### [WHAT NEEDS TO BE DONE]
Look below for the line that has "e17 v7 v2 LINE". Set down the lines from there through the line that has "v30 (51.005928,-25.4,-8.353929)", exactly as written.

Stored items:

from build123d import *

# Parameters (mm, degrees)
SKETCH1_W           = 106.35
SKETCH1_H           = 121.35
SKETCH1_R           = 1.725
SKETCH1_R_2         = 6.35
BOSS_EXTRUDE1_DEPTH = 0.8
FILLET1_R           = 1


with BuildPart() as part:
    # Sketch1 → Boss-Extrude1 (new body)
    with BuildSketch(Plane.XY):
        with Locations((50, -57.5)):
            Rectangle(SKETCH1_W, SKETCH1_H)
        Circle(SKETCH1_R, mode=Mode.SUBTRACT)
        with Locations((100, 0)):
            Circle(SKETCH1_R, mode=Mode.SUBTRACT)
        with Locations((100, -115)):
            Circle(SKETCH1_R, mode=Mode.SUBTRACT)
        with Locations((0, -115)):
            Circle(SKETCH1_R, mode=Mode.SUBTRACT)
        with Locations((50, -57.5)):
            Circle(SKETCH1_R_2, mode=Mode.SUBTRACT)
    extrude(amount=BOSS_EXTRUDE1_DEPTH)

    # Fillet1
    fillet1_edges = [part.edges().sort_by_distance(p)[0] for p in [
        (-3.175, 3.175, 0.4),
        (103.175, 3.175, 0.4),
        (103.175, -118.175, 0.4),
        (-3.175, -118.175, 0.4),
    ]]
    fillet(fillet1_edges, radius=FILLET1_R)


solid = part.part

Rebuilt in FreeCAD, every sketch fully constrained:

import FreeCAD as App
import Part
import Sketcher


def edges_at(feature, points):
    """Names of the edges that pass closest to the given points."""
    edges = feature.Shape.Edges
    near = lambda p: min(range(len(edges)), key=lambda i: edges[i].distToShape(Part.Vertex(*p))[0])
    return sorted({f"Edge{near(p) + 1}" for p in points})

doc = App.newDocument("Part")
body = doc.addObject("PartDesign::Body", "Body")

# Sketch on XY plane
sketch1 = body.newObject("Sketcher::SketchObject", "Sketch")
sketch1.AttachmentSupport = (doc.getObject("XY_Plane"), [""])
sketch1.MapMode = "FlatFace"
sketch1.addGeometry(Part.LineSegment(App.Vector(-3.2, 3.2, 0), App.Vector(-3.2, -118.2, 0)), False)
sketch1.addGeometry(Part.LineSegment(App.Vector(-3.2, -118.2, 0), App.Vector(103.2, -118.2, 0)), False)
sketch1.addGeometry(Part.LineSegment(App.Vector(103.2, -118.2, 0), App.Vector(103.2, 3.2, 0)), False)
sketch1.addGeometry(Part.LineSegment(App.Vector(103.2, 3.2, 0), App.Vector(-3.2, 3.2, 0)), False)
sketch1.addGeometry(Part.Circle(App.Vector(0, -115, 0), App.Vector(0, 0, 1), 1.7), False)
sketch1.addGeometry(Part.Circle(App.Vector(100, -115, 0), App.Vector(0, 0, 1), 1.7), False)
sketch1.addGeometry(Part.Circle(App.Vector(50, -57.5, 0), App.Vector(0, 0, 1), 6.3), False)
sketch1.addGeometry(Part.Circle(App.Vector(0, 0, 0), App.Vector(0, 0, 1), 1.7), False)
sketch1.addGeometry(Part.Circle(App.Vector(100, 0, 0), App.Vector(0, 0, 1), 1.7), False)
sketch1.addConstraint(Sketcher.Constraint("Coincident", 0, 2, 1, 1))
sketch1.addConstraint(Sketcher.Constraint("Coincident", 1, 2, 2, 1))
sketch1.addConstraint(Sketcher.Constraint("Coincident", 2, 2, 3, 1))
sketch1.addConstraint(Sketcher.Constraint("Coincident", 3, 2, 0, 1))
sketch1.addConstraint(Sketcher.Constraint("Vertical", 0))
sketch1.addConstraint(Sketcher.Constraint("Horizontal", 1))
sketch1.addConstraint(Sketcher.Constraint("Vertical", 2))
sketch1.addConstraint(Sketcher.Constraint("Horizontal", 3))
sketch1.addConstraint(Sketcher.Constraint("Coincident", 7, 3, -1, 1))
sketch1.addConstraint(Sketcher.Constraint("Equal", 4, 5))
sketch1.addConstraint(Sketcher.Constraint("Equal", 5, 7))
sketch1.addConstraint(Sketcher.Constraint("Equal", 7, 8))
sketch1.addConstraint(Sketcher.Constraint("PointOnObject", 4, 3, -2))
sketch1.addConstraint(Sketcher.Constraint("PointOnObject", 8, 3, -1))
sketch1.addConstraint(Sketcher.Constraint("Horizontal", 4, 3, 5, 3))
sketch1.addConstraint(Sketcher.Constraint("Vertical", 5, 3, 8, 3))
sketch1.addConstraint(Sketcher.Constraint("Diameter", 6, 12.7))
sketch1.addConstraint(Sketcher.Constraint("Diameter", 4, 3.45))
sketch1.addConstraint(Sketcher.Constraint("DistanceY", 4, 3, -1, 1, 115.0))
sketch1.addConstraint(Sketcher.Constraint("DistanceX", -1, 1, 5, 3, 100.0))
sketch1.addConstraint(Sketcher.Constraint("DistanceX", -1, 1, 6, 3, 50.0))
sketch1.addConstraint(Sketcher.Constraint("DistanceX", 1, 1, 1, 2, 106.35))
sketch1.addConstraint(Sketcher.Constraint("DistanceY", 0, 2, 0, 1, 121.35))
sketch1.addConstraint(Sketcher.Constraint("DistanceY", 6, 3, -1, 1, 57.5))
sketch1.addConstraint(Sketcher.Constraint("DistanceX", 0, 2, -1, 1, 3.175))
sketch1.addConstraint(Sketcher.Constraint("DistanceY", 0, 2, -1, 1, 118.175))
pad1 = body.newObject("PartDesign::Pad", "Pad")
pad1.Profile = sketch1
pad1.Length = 0.8
doc.recompute()

fillet = body.newObject("PartDesign::Fillet", "Fillet")
fillet.Base = (pad1, edges_at(pad1, [
    (-3.175, 3.175, 0.4),
    (103.175, 3.175, 0.4),
    (103.175, -118.175, 0.4),
    (-3.175, -118.175, 0.4),
]))
fillet.Radius = 1

doc.recompute()
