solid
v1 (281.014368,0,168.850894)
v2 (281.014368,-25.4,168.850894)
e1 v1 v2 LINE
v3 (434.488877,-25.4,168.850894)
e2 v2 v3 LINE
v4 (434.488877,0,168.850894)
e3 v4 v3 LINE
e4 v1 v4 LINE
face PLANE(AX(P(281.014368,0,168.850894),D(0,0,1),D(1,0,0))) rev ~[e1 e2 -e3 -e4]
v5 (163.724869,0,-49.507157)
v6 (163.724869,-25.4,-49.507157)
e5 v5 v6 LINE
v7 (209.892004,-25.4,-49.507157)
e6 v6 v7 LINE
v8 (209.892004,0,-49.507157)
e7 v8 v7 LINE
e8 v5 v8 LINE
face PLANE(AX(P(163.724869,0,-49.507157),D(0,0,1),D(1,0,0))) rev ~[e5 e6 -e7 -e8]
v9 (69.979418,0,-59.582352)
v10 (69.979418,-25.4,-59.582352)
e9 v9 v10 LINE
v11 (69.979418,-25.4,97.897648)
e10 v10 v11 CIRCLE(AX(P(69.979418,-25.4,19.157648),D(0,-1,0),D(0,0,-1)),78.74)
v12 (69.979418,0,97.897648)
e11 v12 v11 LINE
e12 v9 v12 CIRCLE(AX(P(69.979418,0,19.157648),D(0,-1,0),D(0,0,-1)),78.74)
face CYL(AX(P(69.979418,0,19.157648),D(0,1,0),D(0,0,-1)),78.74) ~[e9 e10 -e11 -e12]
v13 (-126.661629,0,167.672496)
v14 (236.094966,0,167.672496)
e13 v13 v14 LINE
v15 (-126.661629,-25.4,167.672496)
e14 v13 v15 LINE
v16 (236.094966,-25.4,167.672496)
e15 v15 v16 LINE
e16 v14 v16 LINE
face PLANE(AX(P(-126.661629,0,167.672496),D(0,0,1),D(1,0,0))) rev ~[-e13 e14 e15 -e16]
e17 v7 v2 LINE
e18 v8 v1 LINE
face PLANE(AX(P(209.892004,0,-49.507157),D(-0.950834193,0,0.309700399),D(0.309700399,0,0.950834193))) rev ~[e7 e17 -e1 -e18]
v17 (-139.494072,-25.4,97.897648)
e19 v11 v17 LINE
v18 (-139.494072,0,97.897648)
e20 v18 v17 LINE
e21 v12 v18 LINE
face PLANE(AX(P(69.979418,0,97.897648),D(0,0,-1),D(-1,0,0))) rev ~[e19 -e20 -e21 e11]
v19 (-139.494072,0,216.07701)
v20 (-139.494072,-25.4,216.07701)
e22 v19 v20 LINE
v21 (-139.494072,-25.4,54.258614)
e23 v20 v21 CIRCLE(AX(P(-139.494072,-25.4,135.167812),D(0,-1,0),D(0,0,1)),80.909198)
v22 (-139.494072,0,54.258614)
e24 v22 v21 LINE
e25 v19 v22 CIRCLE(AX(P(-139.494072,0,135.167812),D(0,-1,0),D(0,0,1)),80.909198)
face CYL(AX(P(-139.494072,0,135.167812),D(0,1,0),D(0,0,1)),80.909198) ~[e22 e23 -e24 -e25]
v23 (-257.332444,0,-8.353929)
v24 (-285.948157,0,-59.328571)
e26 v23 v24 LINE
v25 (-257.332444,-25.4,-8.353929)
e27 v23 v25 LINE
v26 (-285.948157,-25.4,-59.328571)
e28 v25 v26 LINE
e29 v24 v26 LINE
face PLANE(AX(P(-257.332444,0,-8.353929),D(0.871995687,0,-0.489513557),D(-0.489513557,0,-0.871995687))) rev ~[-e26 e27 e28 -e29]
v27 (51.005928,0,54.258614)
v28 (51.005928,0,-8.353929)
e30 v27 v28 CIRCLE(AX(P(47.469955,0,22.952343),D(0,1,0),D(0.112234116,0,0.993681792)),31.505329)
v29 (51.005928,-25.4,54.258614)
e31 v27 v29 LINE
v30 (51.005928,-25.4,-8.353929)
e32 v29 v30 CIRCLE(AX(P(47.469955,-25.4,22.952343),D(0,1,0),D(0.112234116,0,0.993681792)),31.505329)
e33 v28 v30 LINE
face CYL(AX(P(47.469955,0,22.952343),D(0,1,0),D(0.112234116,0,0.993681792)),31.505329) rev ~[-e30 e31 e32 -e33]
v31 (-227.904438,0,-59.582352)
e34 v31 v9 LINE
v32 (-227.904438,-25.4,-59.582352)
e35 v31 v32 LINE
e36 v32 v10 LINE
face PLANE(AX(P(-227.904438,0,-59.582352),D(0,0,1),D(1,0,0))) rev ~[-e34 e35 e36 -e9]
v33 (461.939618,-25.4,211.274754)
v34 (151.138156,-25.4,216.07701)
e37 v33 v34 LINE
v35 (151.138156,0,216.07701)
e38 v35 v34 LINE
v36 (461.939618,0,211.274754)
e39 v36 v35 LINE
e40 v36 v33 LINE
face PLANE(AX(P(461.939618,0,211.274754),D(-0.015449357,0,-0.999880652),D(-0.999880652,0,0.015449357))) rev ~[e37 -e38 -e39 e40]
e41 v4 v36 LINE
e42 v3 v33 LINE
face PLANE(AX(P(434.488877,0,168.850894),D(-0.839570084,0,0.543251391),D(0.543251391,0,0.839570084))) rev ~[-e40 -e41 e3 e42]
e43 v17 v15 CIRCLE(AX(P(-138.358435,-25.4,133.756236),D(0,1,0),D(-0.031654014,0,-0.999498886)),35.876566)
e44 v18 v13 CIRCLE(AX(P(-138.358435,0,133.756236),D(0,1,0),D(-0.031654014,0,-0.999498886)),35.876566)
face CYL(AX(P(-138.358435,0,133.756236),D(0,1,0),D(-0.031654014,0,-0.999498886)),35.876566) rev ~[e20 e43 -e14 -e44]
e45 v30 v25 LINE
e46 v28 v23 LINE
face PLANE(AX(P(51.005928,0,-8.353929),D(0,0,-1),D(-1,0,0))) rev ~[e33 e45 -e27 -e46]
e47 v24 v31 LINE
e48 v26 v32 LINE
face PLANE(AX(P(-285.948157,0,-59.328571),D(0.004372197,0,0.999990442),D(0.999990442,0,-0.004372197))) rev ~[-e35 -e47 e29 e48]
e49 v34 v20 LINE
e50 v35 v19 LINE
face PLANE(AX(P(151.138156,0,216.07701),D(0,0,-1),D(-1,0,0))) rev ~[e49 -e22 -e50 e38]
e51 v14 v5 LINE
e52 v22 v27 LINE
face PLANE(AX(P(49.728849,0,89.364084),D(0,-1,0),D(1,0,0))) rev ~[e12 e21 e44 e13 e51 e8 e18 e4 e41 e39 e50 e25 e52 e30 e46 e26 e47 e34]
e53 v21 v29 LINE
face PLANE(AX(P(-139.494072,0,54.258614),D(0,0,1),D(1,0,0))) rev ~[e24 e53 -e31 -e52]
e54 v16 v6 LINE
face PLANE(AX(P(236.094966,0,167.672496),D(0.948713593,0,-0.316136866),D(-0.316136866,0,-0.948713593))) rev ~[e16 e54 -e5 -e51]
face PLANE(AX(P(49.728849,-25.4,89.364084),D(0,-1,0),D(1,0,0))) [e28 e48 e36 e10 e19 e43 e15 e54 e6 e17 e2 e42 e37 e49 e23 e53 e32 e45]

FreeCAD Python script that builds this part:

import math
import FreeCAD as App
import Part
import Sketcher

V = App.Vector
Q = App.Units.Quantity

doc = App.newDocument("Part")
body = doc.addObject("PartDesign::Body", "Body")

# Sketch on XZ plane
sketch1 = doc.addObject("Sketcher::SketchObject", "Sketch")
body.addObject(sketch1)
sketch1.AttachmentSupport = (doc.XZ_Plane, [""])
sketch1.MapMode = "FlatFace"
sketch1.addGeometry([
    Part.LineSegment(V(-286, -59, 0), V(-228, -60, 0)),  # 0
    Part.LineSegment(V(-228, -60, 0), V(70, -60, 0)),  # 1
    Part.ArcOfCircle(Part.Circle(V(70, 19, 0), V(0, 0, 1), 79), math.radians(-90), math.radians(90)),  # 2
    Part.LineSegment(V(70, 98, 0), V(-139, 98, 0)),  # 3
    Part.ArcOfCircle(Part.Circle(V(-138, 134, 0), V(0, 0, 1), 36), math.radians(71), math.radians(268)),  # 4
    Part.LineSegment(V(-127, 168, 0), V(236, 168, 0)),  # 5
    Part.LineSegment(V(236, 168, 0), V(164, -50, 0)),  # 6
    Part.LineSegment(V(164, -50, 0), V(210, -50, 0)),  # 7
    Part.LineSegment(V(210, -50, 0), V(281, 169, 0)),  # 8
    Part.LineSegment(V(281, 169, 0), V(434, 169, 0)),  # 9
    Part.LineSegment(V(434, 169, 0), V(462, 211, 0)),  # 10
    Part.LineSegment(V(462, 211, 0), V(151, 216, 0)),  # 11
    Part.LineSegment(V(151, 216, 0), V(-139, 216, 0)),  # 12
    Part.ArcOfCircle(Part.Circle(V(-139, 135, 0), V(0, 0, 1), 81), math.radians(90), math.radians(270)),  # 13
    Part.LineSegment(V(-139, 54, 0), V(51, 54, 0)),  # 14
    Part.ArcOfCircle(Part.Circle(V(47, 23, 0), V(0, 0, 1), 32), math.radians(-84), math.radians(84)),  # 15
    Part.LineSegment(V(51, -8, 0), V(-257, -8, 0)),  # 16
    Part.LineSegment(V(-257, -8, 0), V(-286, -59, 0)),  # 17
], False)
sketch1.addConstraint([
    Sketcher.Constraint("Coincident", 0, 2, 1, 1),
    Sketcher.Constraint("Tangent", 1, 2, 2, 1),
    Sketcher.Constraint("Tangent", 2, 2, 3, 1),
    Sketcher.Constraint("Coincident", 3, 2, 4, 2),
    Sketcher.Constraint("Coincident", 4, 1, 5, 1),
    Sketcher.Constraint("Coincident", 5, 2, 6, 1),
    Sketcher.Constraint("Coincident", 6, 2, 7, 1),
    Sketcher.Constraint("Coincident", 7, 2, 8, 1),
    Sketcher.Constraint("Coincident", 8, 2, 9, 1),
    Sketcher.Constraint("Coincident", 9, 2, 10, 1),
    Sketcher.Constraint("Coincident", 10, 2, 11, 1),
    Sketcher.Constraint("Coincident", 11, 2, 12, 1),
    Sketcher.Constraint("Tangent", 12, 2, 13, 1),
    Sketcher.Constraint("Tangent", 13, 2, 14, 1),
    Sketcher.Constraint("Coincident", 14, 2, 15, 2),
    Sketcher.Constraint("Coincident", 15, 1, 16, 1),
    Sketcher.Constraint("Coincident", 16, 2, 17, 1),
    Sketcher.Constraint("Coincident", 17, 2, 0, 1),
    Sketcher.Constraint("Horizontal", 1),
    Sketcher.Constraint("Horizontal", 3),
    Sketcher.Constraint("Horizontal", 5),
    Sketcher.Constraint("Horizontal", 7),
    Sketcher.Constraint("Horizontal", 9),
    Sketcher.Constraint("Horizontal", 12),
    Sketcher.Constraint("Horizontal", 14),
    Sketcher.Constraint("Horizontal", 16),
    Sketcher.Constraint("Vertical", 13, 3, 3, 2),
    Sketcher.Constraint("Vertical", 14, 2, 15, 1),
    Sketcher.Constraint("Radius", 2, Q("3.1 in")),
    Sketcher.Constraint("DistanceX", 14, 1, 14, 2, Q("7.5 in")),
    Sketcher.Constraint("Radius", 13, 80.909198),
    Sketcher.Constraint("Radius", 15, 31.505329),
    Sketcher.Constraint("Radius", 4, 35.876566),
    Sketcher.Constraint("DistanceX", 3, 2, 3, 1, 209.47349),
    Sketcher.Constraint("DistanceX", 9, 1, 9, 2, 153.474509),
    Sketcher.Constraint("DistanceX", 12, 2, 12, 1, 290.632228),
    Sketcher.Constraint("DistanceX", 16, 2, 16, 1, 308.338372),
    Sketcher.Constraint("DistanceY", 6, 2, 15, 3, 72.459499),
    Sketcher.Constraint("DistanceX", 5, 2, 8, 2, 44.919402),
    Sketcher.Constraint("DistanceY", 5, 2, 8, 2, 1.178398),
    Sketcher.Constraint("DistanceX", 6, 2, 8, 2, 117.289499),
    Sketcher.Constraint("DistanceX", 15, 3, 11, 2, 103.668201),
    Sketcher.Constraint("Distance", 11, 310.83856),
    Sketcher.Constraint("DistanceX", 1, 1, 1, 2, 297.883856),
    Sketcher.Constraint("DistanceX", 5, 1, 5, 2, 362.756595),
    Sketcher.Constraint("DistanceX", 7, 1, 7, 2, 46.167135),
    Sketcher.Constraint("DistanceX", 13, 3, -1, 1, 139.494072),
    Sketcher.Constraint("DistanceY", -1, 1, 13, 3, 135.167812),
    Sketcher.Constraint("DistanceY", -1, 1, 3, 2, 97.897648),
    Sketcher.Constraint("DistanceX", 4, 1, -1, 1, 126.661629),
    Sketcher.Constraint("DistanceX", -1, 1, 10, 2, 461.939618),
    Sketcher.Constraint("DistanceY", 17, 2, -1, 1, 59.328571),
    Sketcher.Constraint("DistanceX", 4, 3, 15, 3, 185.82839),
    Sketcher.Constraint("DistanceX", 17, 2, 0, 2, 58.043719),
])
pad1 = doc.addObject("PartDesign::Pad", "Pad")
body.addObject(pad1)
pad1.Profile = sketch1
pad1.Length = Q("1 in")

doc.recompute()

### [OUTPUT FOR THIS EXERCISE]
e17 v7 v2 LINE
e18 v8 v1 LINE
face PLANE(AX(P(209.892004,0,-49.507157),D(-0.950834193,0,0.309700399),D(0.309700399,0,0.950834193))) rev ~[e7 e17 -e1 -e18]
v17 (-139.494072,-25.4,97.897648)
e19 v11 v17 LINE
v18 (-139.494072,0,97.897648)
e20 v18 v17 LINE
e21 v12 v18 LINE
face PLANE(AX(P(69.979418,0,97.897648),D(0,0,-1),D(-1,0,0))) rev ~[e19 -e20 -e21 e11]
v19 (-139.494072,0,216.07701)
v20 (-139.494072,-25.4,216.07701)
e22 v19 v20 LINE
v21 (-139.494072,-25.4,54.258614)
e23 v20 v21 CIRCLE(AX(P(-139.494072,-25.4,135.167812),D(0,-1,0),D(0,0,1)),80.909198)
v22 (-139.494072,0,54.258614)
e24 v22 v21 LINE
e25 v19 v22 CIRCLE(AX(P(-139.494072,0,135.167812),D(0,-1,0),D(0,0,1)),80.909198)
face CYL(AX(P(-139.494072,0,135.167812),D(0,1,0),D(0,0,1)),80.909198) ~[e22 e23 -e24 -e25]
v23 (-257.332444,0,-8.353929)
v24 (-285.948157,0,-59.328571)
e26 v23 v24 LINE
v25 (-257.332444,-25.4,-8.353929)
e27 v23 v25 LINE
v26 (-285.948157,-25.4,-59.328571)
e28 v25 v26 LINE
e29 v24 v26 LINE
face PLANE(AX(P(-257.332444,0,-8.353929),D(0.871995687,0,-0.489513557),D(-0.489513557,0,-0.871995687))) rev ~[-e26 e27 e28 -e29]
v27 (51.005928,0,54.258614)
v28 (51.005928,0,-8.353929)
e30 v27 v28 CIRCLE(AX(P(47.469955,0,22.952343),D(0,1,0),D(0.112234116,0,0.993681792)),31.505329)
v29 (51.005928,-25.4,54.258614)
e31 v27 v29 LINE
v30 (51.005928,-25.4,-8.353929)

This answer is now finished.